An acoustic signal processing device includes: a signal processing unit (20) for outputting signals of two systems, i.e., A system and B system; and A system and B system signal paths (30, 40) for generating a normal phase signal and a reverse phase signal and outputting them to normal phase terminals (61, 67) and reverse phase terminals (63, 65), respectively. The acoustic signal processing device can be used for unbalanced output by selecting a predetermined terminal or for balanced output. The acoustic signal processing device further includes: judging means (50, 80) for judging whether the A system and the B system have the same output destination band; and switching means (25) arranged between the A system signal path (30) and the B system signal path (40) for outputting the signals of the two systems to their normal phase terminal and the reverse phase terminal, respectively, if the bands of the two systems are different according to the judgment of the judging means and branching one of the A system signal and the B system signal into two and outputting to the other normal phase terminal and the reverse phase terminal if the two systems have the same band.

Description

 Specification

 Acoustic signal processing device

 Technical field

 TECHNICAL FIELD [0001] The present invention relates to an acoustic signal processing device that inputs, for example, a digital signal and performs predetermined signal processing and then outputs the acoustic signal processing device. The present invention relates to a signal processing device.

 Background art

 [0002] In recent years, with the development of digital technology, various types of sound reproduction apparatuses that digitally process sound signals and reproduce various sound fields like movie theaters and concert halls have been provided. With this sound playback device, users can enjoy commercially available DVD movie software and CD music software with a sense of presence in a movie theater or concert hall.

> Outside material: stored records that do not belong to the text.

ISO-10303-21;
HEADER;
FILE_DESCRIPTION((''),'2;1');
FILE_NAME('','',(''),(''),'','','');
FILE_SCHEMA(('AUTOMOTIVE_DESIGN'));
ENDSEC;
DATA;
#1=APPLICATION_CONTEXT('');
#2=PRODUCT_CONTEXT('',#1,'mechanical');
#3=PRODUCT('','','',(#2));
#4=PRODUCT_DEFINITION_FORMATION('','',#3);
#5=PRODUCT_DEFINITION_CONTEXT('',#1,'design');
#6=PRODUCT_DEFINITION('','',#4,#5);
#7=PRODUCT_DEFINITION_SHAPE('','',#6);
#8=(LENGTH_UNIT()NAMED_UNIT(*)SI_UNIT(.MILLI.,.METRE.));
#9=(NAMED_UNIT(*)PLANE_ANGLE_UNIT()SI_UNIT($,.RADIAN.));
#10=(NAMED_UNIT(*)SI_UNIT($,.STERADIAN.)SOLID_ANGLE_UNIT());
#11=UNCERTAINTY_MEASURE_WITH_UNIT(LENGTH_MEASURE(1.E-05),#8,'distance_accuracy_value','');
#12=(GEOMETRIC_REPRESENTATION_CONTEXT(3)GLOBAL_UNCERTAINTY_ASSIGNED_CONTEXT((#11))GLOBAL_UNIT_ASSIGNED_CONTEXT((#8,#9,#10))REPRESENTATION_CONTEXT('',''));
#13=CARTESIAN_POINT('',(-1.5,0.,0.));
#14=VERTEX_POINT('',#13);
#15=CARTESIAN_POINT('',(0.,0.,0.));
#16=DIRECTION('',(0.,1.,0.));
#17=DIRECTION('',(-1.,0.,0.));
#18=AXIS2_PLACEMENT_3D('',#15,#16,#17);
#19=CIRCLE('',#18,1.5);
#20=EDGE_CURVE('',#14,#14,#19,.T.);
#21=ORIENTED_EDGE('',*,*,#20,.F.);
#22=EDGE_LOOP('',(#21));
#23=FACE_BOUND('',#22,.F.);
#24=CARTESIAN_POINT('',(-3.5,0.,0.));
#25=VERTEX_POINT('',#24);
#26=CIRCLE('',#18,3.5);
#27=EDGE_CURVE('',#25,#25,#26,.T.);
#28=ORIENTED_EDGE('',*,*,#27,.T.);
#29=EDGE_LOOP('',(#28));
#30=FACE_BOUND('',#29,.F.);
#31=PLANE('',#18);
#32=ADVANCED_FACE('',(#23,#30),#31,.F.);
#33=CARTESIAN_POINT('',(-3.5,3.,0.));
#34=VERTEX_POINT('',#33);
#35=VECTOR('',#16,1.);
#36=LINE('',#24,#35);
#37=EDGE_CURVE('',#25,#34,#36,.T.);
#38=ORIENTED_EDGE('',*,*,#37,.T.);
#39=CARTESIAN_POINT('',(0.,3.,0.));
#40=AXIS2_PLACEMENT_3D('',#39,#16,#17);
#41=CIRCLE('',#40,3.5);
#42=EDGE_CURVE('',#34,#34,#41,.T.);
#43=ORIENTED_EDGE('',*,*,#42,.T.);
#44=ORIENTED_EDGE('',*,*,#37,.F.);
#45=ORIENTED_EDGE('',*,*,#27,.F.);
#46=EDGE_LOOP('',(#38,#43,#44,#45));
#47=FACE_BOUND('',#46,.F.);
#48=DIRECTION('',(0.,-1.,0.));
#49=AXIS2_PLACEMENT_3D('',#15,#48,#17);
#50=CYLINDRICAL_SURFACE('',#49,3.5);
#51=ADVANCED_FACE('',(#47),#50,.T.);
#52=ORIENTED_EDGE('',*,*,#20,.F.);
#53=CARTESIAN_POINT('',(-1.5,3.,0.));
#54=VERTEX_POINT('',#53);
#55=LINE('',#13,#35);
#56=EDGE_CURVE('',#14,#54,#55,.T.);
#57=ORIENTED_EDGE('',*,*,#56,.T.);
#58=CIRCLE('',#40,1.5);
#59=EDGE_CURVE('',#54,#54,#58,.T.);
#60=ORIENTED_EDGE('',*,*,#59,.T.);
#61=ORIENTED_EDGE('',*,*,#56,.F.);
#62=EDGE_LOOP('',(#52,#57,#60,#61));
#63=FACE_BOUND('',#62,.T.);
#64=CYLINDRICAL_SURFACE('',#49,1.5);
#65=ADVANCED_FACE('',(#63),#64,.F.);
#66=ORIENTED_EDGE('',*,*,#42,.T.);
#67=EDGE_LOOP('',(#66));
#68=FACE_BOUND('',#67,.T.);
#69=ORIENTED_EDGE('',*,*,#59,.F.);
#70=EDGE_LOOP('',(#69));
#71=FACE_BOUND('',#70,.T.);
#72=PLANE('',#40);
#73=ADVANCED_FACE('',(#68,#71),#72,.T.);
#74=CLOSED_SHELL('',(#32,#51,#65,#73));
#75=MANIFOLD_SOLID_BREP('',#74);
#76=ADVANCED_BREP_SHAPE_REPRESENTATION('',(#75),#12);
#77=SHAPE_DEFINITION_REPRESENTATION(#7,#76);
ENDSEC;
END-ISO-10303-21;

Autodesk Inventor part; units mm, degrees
ref_plane "YZ Plane" through (0, 0, 0) normal (1, 0, 0) x (0, 1, 0)
ref_plane "XZ Plane" through (0, 0, 0) normal (0, 1, 0) x (-1, 0, 0)
ref_plane "XY Plane" through (0, 0, 0) normal (0, 0, 1) x (1, 0, 0)
sketch "Szkic1" plane through (0, 0, 0) normal (0, 1, 0) x (-1, 0, 0)
  circle A0 centre (0, 0) radius 3.5
  circle A1 centre (0, 0) radius 1.5
  dimension "d0" = 7
  dimension "d1" = 3
extrude "Wyciągnięcie proste1" add sketch "Szkic1" along normal blind 3
properties part number "bearing"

 [0003] A conventional general sound reproduction device has a digital 'signal' processor (hereinafter referred to as DSP), a digital-analog 'converter (hereinafter referred to as DAC), and the like. When the microcomputer and! /, U) are controlled, it is configured as one.

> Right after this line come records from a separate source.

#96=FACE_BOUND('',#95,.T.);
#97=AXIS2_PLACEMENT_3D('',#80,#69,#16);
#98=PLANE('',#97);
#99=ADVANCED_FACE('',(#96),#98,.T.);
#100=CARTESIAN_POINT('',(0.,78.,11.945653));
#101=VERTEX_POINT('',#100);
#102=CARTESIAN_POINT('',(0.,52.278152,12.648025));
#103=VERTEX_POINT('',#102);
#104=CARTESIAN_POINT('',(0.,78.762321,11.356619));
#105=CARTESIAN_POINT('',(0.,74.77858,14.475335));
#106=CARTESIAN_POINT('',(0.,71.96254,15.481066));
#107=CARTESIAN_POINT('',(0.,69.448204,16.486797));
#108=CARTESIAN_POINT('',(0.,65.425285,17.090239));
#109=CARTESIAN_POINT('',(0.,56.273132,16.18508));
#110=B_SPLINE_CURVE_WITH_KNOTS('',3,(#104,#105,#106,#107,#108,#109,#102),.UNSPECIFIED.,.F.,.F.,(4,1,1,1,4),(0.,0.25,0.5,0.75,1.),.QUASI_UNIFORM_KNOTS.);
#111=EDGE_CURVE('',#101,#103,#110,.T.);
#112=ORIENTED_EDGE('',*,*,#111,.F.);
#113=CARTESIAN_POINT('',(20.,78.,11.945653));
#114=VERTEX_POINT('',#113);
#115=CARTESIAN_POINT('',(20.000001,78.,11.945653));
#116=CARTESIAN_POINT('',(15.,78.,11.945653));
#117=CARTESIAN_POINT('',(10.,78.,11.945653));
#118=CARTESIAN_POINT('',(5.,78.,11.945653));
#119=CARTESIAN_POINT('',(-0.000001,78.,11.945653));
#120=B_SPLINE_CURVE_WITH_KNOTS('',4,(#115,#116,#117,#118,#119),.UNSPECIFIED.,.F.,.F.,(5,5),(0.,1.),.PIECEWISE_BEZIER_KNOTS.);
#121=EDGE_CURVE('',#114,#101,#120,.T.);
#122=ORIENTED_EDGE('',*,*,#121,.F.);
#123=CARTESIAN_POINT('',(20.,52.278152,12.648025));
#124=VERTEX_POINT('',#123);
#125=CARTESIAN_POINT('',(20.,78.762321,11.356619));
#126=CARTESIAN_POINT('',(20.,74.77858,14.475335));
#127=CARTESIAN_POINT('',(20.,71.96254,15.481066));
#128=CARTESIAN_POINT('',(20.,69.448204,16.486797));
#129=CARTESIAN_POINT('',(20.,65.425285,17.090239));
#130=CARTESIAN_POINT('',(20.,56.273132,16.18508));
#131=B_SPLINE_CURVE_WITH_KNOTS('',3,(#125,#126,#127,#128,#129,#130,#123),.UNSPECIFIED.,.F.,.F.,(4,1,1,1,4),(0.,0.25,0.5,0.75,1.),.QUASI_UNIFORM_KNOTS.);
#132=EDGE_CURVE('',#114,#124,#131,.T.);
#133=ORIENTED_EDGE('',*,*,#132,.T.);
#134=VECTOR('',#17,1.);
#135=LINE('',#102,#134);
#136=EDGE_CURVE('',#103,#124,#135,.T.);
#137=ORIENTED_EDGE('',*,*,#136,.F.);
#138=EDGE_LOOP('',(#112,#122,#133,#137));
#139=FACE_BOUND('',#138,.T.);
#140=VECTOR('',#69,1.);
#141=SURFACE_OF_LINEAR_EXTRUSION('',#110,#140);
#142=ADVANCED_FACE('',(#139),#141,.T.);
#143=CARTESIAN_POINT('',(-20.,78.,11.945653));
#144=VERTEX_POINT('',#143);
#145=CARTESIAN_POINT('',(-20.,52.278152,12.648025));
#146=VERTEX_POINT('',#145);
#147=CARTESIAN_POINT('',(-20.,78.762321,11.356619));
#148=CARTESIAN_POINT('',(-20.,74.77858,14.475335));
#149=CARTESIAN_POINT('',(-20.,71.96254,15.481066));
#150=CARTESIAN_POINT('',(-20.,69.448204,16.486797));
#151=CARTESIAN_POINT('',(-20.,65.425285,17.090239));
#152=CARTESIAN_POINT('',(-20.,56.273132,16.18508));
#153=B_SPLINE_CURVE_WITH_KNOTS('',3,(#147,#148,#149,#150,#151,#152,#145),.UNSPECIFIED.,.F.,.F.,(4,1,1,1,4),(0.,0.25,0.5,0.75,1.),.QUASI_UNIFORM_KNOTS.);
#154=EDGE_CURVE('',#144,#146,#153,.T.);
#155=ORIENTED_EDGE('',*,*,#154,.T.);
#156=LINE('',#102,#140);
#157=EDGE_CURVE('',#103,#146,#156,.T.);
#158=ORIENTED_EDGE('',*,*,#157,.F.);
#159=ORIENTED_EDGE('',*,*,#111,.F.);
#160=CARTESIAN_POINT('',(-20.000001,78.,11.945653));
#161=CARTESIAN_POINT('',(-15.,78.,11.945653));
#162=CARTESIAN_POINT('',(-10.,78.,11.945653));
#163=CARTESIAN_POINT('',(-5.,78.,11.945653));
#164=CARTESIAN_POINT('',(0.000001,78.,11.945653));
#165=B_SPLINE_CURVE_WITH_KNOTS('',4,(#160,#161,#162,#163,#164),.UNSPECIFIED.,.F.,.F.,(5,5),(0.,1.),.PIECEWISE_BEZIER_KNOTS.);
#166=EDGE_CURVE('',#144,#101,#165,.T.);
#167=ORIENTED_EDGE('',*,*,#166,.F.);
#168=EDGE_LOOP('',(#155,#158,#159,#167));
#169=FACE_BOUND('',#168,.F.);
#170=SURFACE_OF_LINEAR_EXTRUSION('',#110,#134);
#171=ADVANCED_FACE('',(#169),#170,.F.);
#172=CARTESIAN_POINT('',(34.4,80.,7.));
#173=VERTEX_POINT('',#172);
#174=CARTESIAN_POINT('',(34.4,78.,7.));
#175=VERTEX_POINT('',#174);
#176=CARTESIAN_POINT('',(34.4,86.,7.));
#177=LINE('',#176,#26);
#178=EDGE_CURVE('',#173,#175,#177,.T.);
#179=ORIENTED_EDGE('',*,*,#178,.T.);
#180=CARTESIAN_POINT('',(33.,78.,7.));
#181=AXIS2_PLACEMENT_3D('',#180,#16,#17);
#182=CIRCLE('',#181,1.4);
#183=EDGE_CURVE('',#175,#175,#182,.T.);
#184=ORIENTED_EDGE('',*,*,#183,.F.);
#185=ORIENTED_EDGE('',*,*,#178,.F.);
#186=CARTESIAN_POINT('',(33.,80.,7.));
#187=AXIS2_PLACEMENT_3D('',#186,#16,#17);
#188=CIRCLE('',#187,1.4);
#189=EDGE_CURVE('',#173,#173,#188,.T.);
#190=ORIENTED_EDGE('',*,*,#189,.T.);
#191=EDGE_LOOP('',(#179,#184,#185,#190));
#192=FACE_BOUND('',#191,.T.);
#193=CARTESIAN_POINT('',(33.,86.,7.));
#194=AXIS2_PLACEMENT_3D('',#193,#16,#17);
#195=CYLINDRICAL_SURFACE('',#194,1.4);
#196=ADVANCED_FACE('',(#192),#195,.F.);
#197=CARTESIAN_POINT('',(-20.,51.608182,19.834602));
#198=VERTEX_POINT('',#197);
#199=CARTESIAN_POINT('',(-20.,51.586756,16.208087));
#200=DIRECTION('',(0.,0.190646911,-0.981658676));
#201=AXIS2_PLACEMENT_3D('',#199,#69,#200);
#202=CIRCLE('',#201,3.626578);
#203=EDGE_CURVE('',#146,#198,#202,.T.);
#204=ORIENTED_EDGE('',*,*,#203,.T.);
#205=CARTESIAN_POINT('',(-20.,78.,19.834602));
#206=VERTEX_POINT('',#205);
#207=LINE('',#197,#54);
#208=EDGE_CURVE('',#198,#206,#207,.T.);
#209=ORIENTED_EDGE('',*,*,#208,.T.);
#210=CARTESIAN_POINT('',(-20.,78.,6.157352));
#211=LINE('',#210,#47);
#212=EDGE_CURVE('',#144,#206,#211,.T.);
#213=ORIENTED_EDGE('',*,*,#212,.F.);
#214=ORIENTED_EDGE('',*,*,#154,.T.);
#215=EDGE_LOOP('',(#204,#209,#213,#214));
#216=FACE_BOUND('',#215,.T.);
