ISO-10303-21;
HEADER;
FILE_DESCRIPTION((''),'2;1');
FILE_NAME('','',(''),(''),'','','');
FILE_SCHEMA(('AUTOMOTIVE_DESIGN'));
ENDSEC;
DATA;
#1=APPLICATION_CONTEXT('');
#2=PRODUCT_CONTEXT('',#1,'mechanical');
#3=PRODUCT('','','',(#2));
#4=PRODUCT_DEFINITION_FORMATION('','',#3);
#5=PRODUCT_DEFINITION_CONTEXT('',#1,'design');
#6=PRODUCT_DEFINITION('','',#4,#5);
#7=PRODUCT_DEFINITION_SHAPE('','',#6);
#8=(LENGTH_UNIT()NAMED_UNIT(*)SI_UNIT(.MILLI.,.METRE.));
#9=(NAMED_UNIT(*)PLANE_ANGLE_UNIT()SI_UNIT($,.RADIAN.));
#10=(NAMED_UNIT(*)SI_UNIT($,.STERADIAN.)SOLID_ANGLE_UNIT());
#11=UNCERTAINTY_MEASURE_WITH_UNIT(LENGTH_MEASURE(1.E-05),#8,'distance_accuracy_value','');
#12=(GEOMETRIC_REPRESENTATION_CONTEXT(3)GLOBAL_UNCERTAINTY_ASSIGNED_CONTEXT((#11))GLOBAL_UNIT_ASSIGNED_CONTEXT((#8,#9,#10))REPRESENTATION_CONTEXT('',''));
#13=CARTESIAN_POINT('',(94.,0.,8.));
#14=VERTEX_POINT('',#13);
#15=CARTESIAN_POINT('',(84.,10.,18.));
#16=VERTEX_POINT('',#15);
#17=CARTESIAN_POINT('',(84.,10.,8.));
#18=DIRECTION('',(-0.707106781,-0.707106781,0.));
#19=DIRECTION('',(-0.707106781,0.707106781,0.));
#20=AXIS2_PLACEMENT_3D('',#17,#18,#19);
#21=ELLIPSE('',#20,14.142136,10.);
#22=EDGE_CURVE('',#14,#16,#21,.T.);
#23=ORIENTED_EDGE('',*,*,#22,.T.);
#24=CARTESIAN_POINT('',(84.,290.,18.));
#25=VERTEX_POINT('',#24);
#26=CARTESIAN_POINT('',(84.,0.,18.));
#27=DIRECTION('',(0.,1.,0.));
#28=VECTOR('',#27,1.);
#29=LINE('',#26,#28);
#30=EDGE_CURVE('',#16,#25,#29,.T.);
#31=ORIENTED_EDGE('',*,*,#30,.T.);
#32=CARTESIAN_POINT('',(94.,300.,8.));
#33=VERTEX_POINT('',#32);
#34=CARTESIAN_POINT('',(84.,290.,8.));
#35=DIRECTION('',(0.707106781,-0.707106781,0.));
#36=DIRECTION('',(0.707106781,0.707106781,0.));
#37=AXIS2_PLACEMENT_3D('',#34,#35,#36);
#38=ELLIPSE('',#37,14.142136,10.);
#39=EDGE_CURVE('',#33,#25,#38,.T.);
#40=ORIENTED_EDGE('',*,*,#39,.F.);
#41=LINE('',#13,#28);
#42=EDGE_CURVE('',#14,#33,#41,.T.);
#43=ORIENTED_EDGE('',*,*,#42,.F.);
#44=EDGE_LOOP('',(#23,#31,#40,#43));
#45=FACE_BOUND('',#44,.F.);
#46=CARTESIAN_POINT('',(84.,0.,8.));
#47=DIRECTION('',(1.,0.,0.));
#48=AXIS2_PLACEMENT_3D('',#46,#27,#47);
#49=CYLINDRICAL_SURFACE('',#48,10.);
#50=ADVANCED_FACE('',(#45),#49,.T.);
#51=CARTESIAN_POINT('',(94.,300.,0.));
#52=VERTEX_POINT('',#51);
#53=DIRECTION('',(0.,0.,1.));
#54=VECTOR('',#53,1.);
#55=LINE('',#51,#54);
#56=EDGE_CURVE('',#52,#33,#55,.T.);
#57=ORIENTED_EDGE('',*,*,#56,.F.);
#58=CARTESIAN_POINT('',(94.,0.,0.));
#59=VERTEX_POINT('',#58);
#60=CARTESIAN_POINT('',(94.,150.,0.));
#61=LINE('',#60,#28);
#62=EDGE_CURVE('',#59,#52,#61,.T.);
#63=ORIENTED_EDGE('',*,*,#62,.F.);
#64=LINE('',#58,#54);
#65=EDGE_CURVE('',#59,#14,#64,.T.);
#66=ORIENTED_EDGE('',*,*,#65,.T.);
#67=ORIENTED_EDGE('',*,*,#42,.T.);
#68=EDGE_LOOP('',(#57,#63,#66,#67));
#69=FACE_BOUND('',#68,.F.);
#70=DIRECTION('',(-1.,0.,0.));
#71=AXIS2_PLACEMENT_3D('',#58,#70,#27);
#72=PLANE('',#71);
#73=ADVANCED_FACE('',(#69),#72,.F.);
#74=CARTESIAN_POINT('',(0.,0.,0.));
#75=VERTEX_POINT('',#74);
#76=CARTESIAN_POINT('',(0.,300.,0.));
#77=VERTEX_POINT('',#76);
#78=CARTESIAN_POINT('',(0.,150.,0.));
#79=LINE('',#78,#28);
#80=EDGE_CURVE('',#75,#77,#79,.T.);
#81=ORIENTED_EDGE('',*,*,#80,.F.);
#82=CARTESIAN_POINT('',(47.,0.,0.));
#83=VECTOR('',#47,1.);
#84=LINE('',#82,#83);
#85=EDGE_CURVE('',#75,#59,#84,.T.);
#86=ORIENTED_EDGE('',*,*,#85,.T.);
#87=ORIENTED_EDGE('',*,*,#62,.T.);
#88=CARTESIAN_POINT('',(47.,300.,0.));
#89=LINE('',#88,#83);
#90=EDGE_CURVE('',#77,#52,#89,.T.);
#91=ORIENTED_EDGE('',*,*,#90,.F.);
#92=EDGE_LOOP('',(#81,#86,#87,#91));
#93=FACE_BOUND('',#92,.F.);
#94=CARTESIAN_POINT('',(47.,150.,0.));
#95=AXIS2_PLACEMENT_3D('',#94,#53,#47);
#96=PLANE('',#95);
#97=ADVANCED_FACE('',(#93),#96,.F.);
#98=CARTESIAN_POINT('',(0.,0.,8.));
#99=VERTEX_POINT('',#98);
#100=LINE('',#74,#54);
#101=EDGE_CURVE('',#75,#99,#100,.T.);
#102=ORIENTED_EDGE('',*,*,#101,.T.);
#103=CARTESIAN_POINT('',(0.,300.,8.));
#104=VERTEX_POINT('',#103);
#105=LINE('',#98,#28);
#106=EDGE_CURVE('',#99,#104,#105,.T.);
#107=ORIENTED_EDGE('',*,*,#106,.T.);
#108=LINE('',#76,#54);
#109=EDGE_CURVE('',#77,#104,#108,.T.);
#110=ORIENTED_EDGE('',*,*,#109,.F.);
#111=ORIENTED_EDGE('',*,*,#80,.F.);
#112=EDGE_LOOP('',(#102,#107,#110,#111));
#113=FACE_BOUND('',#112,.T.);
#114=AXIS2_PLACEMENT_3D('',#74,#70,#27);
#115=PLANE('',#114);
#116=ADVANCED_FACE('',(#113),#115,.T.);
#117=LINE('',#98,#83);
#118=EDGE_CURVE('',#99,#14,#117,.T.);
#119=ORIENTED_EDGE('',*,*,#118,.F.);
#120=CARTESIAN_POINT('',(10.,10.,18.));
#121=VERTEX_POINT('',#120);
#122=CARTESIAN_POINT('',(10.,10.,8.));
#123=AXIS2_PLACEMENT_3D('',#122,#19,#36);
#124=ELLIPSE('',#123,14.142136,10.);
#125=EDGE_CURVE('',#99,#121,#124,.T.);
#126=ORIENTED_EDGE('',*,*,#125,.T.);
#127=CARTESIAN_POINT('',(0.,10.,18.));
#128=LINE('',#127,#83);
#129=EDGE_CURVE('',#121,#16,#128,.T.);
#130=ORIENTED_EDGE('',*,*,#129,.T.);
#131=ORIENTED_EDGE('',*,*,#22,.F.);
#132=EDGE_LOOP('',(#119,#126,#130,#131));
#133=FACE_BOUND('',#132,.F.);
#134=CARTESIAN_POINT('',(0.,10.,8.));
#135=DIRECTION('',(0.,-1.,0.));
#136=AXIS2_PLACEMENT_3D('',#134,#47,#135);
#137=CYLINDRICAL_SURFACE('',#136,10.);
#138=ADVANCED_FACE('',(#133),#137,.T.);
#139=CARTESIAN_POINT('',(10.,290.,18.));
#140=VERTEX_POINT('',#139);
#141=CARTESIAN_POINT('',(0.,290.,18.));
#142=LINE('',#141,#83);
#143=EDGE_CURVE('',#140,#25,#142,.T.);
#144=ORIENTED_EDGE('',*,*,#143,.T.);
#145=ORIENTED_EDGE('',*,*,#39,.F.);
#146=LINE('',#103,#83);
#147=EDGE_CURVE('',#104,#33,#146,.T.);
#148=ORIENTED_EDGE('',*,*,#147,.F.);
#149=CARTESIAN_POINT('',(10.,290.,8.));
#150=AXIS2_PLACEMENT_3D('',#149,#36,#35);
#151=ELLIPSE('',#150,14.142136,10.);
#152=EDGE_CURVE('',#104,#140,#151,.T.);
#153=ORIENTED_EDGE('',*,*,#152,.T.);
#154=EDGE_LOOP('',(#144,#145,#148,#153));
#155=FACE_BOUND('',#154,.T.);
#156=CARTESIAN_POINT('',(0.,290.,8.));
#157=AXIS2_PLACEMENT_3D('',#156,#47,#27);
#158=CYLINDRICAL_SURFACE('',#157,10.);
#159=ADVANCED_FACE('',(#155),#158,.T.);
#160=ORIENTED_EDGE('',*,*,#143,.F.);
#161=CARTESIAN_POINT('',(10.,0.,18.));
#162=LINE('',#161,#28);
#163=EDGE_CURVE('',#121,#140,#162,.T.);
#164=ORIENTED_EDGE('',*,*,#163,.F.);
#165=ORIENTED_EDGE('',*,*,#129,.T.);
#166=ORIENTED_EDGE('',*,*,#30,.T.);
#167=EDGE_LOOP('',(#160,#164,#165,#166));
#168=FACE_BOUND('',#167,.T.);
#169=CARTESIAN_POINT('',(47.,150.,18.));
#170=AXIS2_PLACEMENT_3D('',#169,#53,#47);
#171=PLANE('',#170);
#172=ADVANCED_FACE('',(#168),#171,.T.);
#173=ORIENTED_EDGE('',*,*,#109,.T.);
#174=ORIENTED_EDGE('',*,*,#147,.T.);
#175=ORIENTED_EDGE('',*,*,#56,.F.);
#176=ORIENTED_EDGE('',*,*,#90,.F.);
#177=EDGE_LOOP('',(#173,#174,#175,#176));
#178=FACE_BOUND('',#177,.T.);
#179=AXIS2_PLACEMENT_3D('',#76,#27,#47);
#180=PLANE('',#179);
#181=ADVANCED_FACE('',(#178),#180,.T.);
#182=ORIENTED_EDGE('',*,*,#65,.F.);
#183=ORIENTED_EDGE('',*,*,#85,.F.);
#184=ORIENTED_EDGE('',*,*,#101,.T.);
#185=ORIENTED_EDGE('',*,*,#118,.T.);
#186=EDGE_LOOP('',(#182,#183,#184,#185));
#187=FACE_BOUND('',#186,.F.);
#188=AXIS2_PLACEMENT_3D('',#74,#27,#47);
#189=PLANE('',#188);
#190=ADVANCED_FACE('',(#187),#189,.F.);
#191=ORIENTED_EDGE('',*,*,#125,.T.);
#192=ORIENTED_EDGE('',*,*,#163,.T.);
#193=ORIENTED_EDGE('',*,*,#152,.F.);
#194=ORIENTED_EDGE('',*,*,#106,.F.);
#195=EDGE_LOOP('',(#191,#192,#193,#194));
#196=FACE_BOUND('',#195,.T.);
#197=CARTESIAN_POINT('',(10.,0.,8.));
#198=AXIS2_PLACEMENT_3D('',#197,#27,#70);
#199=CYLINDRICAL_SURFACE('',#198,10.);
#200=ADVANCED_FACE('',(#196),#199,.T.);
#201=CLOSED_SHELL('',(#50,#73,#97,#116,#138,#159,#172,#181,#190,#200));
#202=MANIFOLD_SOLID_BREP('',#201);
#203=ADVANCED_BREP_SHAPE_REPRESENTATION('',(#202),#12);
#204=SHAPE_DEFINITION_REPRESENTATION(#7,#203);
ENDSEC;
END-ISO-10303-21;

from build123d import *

# Parameters (mm, degrees)
SKETCH_W  = 94
SKETCH_H  = 300
PAD_DEPTH = 18
FILLET_R  = 10


with BuildPart() as part:
    # Sketch → Pad (new body)
    with BuildSketch(Plane.XY):
        with Locations((47, 150)):
            Rectangle(SKETCH_W, SKETCH_H)
    extrude(amount=PAD_DEPTH)

    # Fillet
    fillet_edges = [part.edges().sort_by_distance(p)[0] for p in [
        (47, 300, 18),
        (94, 150, 18),
        (47, 0, 18),
        (0, 150, 18),
    ]]
    fillet(fillet_edges, radius=FILLET_R)


solid = part.part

 [0004] Acoustic signals input from source devices such as DVDs and CDs are subjected to digital signal processing that adds an acoustic effect such as a sense of presence by a DSP. The sound signal processed by the DSP is converted to an analog signal via the DAC. Thereafter, the analog signal is amplified by an amplifier and then output as sound from a speaker (see, for example, Patent Document 1).

 [0005] In addition, conventionally, independent signal processing is performed by a DSP and output as at least two signals of the A system and the B system, and the positive phase signal and the anti-phase signal of each system are output. Generate and select the positive and negative phase signals! /, The displacement force and the ground signal to obtain an unbalanced output, or select and balance signals of different phases in the A and B systems An acoustic signal processing device has been proposed that can be used in two ways.

 [0006] Patent Document 1: Japanese Patent Application Laid-Open No. 2005-33727 (Page 2, Figure 6)

 Disclosure of the invention

Problems to be solved by the invention [0007] However, in the acoustic signal processing device that can be used in the two ways described above, balance and unbalance, there is a phase shift between the positive terminal output and the negative terminal output during noise output. It has an unsolved problem of doing. In particular, when a sampling 'rate' converter (hereinafter referred to as SRC), which is a frequency change, is provided in the output path from the DSP, the SRC delay time will affect the phase shift. It was a problem.

 [0008] The present invention has been made to solve the above-described problems, and in an acoustic signal processing apparatus that can be used in two ways, balanced and unbalanced, a positive terminal output and a negative terminal output during balanced output It is an object of the present invention to obtain an acoustic signal processing apparatus that can reduce the phase shift that occurs between the two.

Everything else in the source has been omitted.